### Prompt
In the records below, find the line with "line L0 (0, 0) -> (-1168.4, 0)" and the line with "line L8 (0, 228.6) -> (25.4, 228.6)". Print both exactly, along with every line between them, and no other line.
Record excerpts section start
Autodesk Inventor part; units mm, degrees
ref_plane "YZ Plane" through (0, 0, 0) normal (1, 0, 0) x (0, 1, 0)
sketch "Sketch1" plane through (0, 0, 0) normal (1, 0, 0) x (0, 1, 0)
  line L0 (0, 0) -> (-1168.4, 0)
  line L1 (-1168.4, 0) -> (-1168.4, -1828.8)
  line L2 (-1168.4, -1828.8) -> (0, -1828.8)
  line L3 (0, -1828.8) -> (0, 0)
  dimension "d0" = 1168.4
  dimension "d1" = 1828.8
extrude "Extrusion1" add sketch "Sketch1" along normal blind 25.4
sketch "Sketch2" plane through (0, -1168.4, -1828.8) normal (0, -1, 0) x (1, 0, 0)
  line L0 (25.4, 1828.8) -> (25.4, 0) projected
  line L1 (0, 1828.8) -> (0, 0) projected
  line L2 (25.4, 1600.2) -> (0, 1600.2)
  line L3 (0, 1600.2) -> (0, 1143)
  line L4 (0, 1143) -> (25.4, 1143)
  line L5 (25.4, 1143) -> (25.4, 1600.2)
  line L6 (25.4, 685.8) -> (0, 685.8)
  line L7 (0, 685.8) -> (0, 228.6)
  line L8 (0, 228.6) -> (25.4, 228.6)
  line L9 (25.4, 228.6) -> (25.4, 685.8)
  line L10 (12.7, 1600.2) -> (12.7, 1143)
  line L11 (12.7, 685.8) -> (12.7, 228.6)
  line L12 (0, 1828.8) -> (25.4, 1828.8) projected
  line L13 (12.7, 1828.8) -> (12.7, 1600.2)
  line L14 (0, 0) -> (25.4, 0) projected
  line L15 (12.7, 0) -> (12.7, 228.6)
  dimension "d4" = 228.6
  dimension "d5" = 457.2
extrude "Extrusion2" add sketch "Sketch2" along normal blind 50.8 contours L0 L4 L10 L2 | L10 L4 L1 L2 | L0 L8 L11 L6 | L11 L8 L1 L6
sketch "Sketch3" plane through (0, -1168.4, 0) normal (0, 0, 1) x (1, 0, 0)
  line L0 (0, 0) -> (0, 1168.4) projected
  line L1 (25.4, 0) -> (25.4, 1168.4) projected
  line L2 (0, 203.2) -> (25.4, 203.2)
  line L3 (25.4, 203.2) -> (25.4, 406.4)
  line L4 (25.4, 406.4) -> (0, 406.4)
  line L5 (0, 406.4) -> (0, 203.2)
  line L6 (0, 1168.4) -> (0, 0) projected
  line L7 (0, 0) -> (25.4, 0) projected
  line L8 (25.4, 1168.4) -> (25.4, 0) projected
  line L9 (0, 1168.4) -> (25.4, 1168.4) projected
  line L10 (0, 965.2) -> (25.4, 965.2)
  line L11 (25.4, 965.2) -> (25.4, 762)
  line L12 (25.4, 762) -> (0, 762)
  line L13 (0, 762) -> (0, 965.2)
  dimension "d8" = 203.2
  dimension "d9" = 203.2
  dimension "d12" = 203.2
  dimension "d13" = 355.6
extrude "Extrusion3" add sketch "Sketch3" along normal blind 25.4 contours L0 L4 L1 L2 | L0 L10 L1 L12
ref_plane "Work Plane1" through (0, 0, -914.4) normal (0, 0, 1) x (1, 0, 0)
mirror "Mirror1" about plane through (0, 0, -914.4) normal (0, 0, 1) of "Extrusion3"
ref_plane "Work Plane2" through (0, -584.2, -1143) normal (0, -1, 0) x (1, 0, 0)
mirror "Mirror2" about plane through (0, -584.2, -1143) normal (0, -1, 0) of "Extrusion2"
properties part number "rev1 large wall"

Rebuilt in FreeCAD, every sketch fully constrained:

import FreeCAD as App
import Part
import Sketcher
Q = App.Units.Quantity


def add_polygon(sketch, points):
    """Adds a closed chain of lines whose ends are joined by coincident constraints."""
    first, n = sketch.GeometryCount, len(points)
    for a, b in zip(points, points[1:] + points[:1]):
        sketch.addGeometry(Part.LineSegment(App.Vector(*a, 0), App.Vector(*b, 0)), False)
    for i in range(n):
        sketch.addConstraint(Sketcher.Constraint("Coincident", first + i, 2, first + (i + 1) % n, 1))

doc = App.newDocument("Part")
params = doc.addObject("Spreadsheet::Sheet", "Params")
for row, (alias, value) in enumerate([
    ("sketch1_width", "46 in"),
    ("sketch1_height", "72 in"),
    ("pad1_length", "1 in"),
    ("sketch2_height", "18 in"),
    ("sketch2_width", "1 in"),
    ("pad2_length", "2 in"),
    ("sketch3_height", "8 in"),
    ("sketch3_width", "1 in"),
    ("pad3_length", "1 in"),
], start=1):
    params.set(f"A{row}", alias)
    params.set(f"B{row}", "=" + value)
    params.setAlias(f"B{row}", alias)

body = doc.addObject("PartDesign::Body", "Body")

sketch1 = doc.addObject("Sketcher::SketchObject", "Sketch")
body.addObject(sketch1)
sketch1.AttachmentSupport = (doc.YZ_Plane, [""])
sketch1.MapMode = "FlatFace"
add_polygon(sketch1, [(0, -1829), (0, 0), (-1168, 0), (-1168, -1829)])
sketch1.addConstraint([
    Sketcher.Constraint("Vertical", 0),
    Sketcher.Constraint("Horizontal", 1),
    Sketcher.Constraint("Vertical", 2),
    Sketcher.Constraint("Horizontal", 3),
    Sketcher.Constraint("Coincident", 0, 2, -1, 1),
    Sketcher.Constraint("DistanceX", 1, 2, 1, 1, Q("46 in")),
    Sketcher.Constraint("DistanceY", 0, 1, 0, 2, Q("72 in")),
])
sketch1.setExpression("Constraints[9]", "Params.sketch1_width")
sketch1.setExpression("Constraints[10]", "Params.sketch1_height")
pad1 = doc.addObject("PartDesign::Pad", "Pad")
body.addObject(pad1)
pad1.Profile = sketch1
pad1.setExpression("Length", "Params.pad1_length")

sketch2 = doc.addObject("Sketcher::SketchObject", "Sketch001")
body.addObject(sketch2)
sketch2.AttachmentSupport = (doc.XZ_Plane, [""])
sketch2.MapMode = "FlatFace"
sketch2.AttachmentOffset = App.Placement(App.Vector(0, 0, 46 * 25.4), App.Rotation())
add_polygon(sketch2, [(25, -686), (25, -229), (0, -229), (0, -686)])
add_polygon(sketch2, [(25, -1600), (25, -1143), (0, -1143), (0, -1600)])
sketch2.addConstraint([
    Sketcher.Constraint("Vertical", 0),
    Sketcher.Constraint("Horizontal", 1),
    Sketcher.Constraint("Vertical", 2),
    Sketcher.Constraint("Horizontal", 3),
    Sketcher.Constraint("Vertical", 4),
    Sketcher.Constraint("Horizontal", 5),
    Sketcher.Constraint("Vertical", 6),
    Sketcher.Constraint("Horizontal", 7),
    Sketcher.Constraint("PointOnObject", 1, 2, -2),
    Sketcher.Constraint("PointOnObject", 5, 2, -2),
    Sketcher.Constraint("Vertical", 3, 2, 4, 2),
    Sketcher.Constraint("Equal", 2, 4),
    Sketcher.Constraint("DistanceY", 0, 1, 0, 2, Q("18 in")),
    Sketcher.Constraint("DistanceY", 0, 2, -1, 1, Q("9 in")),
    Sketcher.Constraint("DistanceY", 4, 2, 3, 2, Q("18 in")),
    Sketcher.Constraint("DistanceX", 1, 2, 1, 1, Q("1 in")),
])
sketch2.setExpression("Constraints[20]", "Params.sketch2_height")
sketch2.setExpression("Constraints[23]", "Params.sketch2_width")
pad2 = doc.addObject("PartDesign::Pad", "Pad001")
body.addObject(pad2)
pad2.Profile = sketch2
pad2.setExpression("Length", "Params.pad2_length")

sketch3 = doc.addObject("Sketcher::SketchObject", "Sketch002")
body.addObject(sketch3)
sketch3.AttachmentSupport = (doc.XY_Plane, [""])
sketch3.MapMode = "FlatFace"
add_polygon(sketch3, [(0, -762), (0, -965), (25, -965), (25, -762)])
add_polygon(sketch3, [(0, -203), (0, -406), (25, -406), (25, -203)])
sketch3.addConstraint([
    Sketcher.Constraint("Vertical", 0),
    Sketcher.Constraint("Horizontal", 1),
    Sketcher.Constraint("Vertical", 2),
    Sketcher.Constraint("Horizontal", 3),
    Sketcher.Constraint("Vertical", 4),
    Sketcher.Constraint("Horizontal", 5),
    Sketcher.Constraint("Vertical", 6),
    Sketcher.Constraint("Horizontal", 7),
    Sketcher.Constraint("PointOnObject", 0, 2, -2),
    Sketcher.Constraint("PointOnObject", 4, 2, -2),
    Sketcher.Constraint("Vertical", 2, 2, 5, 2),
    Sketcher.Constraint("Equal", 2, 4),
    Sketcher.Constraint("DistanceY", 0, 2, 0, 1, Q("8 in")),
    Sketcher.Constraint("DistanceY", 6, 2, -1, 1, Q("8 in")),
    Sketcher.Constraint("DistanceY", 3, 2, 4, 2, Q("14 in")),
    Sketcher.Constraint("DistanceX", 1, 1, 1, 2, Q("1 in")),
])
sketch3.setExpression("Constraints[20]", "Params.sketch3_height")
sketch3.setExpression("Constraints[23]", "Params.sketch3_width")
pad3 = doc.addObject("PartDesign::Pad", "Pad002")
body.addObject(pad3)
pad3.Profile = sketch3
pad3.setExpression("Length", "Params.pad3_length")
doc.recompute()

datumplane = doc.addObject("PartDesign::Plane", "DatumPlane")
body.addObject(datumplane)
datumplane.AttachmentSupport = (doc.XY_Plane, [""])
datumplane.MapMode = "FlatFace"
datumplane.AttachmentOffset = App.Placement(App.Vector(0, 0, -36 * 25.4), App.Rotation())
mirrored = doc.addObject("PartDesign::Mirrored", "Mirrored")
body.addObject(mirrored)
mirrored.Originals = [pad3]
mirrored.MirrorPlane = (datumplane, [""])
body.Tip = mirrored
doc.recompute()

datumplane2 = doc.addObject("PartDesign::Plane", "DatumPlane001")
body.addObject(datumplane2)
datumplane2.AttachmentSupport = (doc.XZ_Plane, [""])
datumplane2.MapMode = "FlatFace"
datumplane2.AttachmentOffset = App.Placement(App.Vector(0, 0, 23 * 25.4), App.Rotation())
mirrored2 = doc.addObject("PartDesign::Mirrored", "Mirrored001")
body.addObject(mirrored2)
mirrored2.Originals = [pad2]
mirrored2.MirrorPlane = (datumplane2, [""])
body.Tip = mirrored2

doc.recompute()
Record excerpts section end
### Response below
  line L0 (0, 0) -> (-1168.4, 0)
  line L1 (-1168.4, 0) -> (-1168.4, -1828.8)
  line L2 (-1168.4, -1828.8) -> (0, -1828.8)
  line L3 (0, -1828.8) -> (0, 0)
  dimension "d0" = 1168.4
  dimension "d1" = 1828.8
extrude "Extrusion1" add sketch "Sketch1" along normal blind 25.4
sketch "Sketch2" plane through (0, -1168.4, -1828.8) normal (0, -1, 0) x (1, 0, 0)
  line L0 (25.4, 1828.8) -> (25.4, 0) projected
  line L1 (0, 1828.8) -> (0, 0) projected
  line L2 (25.4, 1600.2) -> (0, 1600.2)
  line L3 (0, 1600.2) -> (0, 1143)
  line L4 (0, 1143) -> (25.4, 1143)
  line L5 (25.4, 1143) -> (25.4, 1600.2)
  line L6 (25.4, 685.8) -> (0, 685.8)
  line L7 (0, 685.8) -> (0, 228.6)
  line L8 (0, 228.6) -> (25.4, 228.6)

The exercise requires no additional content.